Después de las últimas lluvias –pocas pero intensas- el paisaje ha cambiado, y no porque la vegetación hubiera reverdecido, pues estaba tan amarilla como durante el verano, sino porque todo ha quedado como más limpio y luminoso. También, empieza a dominar esa luz del otoño que crea profundidades y distancias, lejos de la planitud y pesadez veraniega.

Los pinares aparecían más lustrosos, seguramente porque el agua había limpiado pinos y escobas del polvo acumulado durante el estío. Algo similar había ocurrido con las encinas y otros árboles. El caso es que el pinar de Antequera y el monte de encinas de Boecillo lucían distintos, más agradables y luminosos. Incluso los caminos se mostraban amorosos, con un firme de arena más dura, aunque sin exagerar.

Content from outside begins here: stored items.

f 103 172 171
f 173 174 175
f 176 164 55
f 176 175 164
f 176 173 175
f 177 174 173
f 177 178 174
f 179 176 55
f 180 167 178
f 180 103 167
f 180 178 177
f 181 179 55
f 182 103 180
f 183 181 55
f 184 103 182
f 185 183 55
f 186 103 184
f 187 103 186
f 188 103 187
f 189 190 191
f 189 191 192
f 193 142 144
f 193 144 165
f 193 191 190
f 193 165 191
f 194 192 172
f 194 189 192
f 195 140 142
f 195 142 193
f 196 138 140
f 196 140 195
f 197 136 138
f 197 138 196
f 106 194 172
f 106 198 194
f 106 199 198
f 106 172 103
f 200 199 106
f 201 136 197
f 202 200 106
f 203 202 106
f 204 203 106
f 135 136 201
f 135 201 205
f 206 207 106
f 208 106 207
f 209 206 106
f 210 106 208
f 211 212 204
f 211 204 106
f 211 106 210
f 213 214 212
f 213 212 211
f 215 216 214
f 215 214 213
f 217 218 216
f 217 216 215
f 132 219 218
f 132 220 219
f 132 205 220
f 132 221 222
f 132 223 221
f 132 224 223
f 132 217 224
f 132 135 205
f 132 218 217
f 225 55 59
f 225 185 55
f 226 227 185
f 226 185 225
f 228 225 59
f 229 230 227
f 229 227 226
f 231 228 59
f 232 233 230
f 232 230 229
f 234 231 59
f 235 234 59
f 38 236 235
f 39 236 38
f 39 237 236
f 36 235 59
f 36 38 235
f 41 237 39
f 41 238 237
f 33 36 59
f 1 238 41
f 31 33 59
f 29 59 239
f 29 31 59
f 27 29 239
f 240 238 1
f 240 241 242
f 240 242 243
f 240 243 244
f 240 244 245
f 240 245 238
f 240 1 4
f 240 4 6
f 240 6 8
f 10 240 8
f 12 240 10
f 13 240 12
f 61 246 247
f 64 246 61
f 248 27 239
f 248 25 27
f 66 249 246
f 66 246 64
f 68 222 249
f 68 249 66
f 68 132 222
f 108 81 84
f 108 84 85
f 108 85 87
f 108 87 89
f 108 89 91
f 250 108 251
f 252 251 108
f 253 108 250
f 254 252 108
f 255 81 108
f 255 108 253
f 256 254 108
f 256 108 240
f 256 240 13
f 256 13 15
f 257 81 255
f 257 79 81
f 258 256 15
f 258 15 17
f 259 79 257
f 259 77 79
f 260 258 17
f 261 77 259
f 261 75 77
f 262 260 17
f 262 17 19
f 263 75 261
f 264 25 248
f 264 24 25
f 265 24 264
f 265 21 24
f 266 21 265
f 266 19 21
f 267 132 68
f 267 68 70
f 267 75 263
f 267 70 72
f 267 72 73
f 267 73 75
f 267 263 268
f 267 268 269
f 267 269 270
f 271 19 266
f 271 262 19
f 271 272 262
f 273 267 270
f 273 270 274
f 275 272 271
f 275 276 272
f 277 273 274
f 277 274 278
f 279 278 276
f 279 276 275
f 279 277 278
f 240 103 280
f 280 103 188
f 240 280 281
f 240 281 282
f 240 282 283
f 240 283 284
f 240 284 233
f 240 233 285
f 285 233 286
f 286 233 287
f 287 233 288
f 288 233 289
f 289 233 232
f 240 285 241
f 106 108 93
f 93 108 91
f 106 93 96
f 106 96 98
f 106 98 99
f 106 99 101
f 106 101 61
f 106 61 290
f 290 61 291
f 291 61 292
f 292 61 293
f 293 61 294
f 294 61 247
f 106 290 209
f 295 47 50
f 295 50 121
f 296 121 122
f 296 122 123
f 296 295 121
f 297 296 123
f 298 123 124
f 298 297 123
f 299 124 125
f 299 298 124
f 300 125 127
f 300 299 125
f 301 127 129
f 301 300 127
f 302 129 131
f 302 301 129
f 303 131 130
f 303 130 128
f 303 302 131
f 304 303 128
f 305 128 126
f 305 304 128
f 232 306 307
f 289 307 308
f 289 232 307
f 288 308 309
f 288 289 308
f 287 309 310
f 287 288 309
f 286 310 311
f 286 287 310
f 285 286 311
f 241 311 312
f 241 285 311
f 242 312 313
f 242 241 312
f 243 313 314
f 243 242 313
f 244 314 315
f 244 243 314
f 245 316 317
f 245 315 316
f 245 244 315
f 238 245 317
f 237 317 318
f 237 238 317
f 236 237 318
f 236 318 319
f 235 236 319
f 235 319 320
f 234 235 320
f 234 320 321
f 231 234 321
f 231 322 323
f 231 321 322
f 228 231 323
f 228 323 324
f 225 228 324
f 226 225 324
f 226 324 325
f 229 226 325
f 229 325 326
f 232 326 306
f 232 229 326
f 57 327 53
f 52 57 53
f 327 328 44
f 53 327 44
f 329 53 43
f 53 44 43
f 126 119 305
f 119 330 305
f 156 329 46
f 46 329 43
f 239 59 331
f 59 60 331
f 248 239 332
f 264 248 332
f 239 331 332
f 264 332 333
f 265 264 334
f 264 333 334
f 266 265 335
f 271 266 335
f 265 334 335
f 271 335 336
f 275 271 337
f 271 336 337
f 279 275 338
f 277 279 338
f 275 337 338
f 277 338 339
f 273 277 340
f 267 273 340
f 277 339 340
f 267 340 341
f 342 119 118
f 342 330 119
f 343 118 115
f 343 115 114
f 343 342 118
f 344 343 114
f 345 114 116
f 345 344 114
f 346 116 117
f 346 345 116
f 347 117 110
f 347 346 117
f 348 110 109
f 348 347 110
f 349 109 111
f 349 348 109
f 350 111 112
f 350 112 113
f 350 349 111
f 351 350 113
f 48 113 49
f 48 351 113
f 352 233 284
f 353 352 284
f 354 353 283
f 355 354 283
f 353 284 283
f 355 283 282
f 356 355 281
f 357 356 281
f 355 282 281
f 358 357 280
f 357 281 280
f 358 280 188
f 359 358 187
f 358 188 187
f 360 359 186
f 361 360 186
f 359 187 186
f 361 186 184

Hacía tiempo que no rodábamos por el monte de encinas (mejor, de matas de encina) de Boecillo, que posee una red de sinuosos y estrechos senderos que parecen pensados para nuestras bicis y fuerzas. Se extiende por una planicie ligeramente elevada sobre el Duero, lo que en distintos momentos ofrece un estupendo paisaje sobre su valle y poblaciones, hasta las laderas del páramo de Torozos, pues pequeñas asomadas permiten contemplar tal panorama. Lo mismo nos ocurre en el monte Blanco, por cuyos límites cruzamos.

En medio de la red de sendas y matas, las paredes exteriores de la casa del Monte –dos plantas en ladrillo y adobe- a duras penas se mantienen en pie y sostienen aun el enrejado de ventanas. Esta casa se está arruinando mucho más rápidamente que la de verano de los Escoceses, en otro extremo del mismo monte. Este encinar estuvo, en otras épocas, más habitado. Hoy solo quedan algunas bodegas en la ladera norte y paseantes en los buenos fines de semana…

Al monte de Boecillo llegamos desde Viana y antes habíamos cruzado el pinar de Antequera por la cañada real. Y del monte volvimos al pinar por el Abrojo, donde la maleza quiere tragarse la fuente de San Pedro, de ahí a Laguna y finalmente, acabamos en el mismo pinar de Antequera. Un agradable paseo matutino. Eso sí, del agua no quedaba ni rastro, ni pequeños charcos.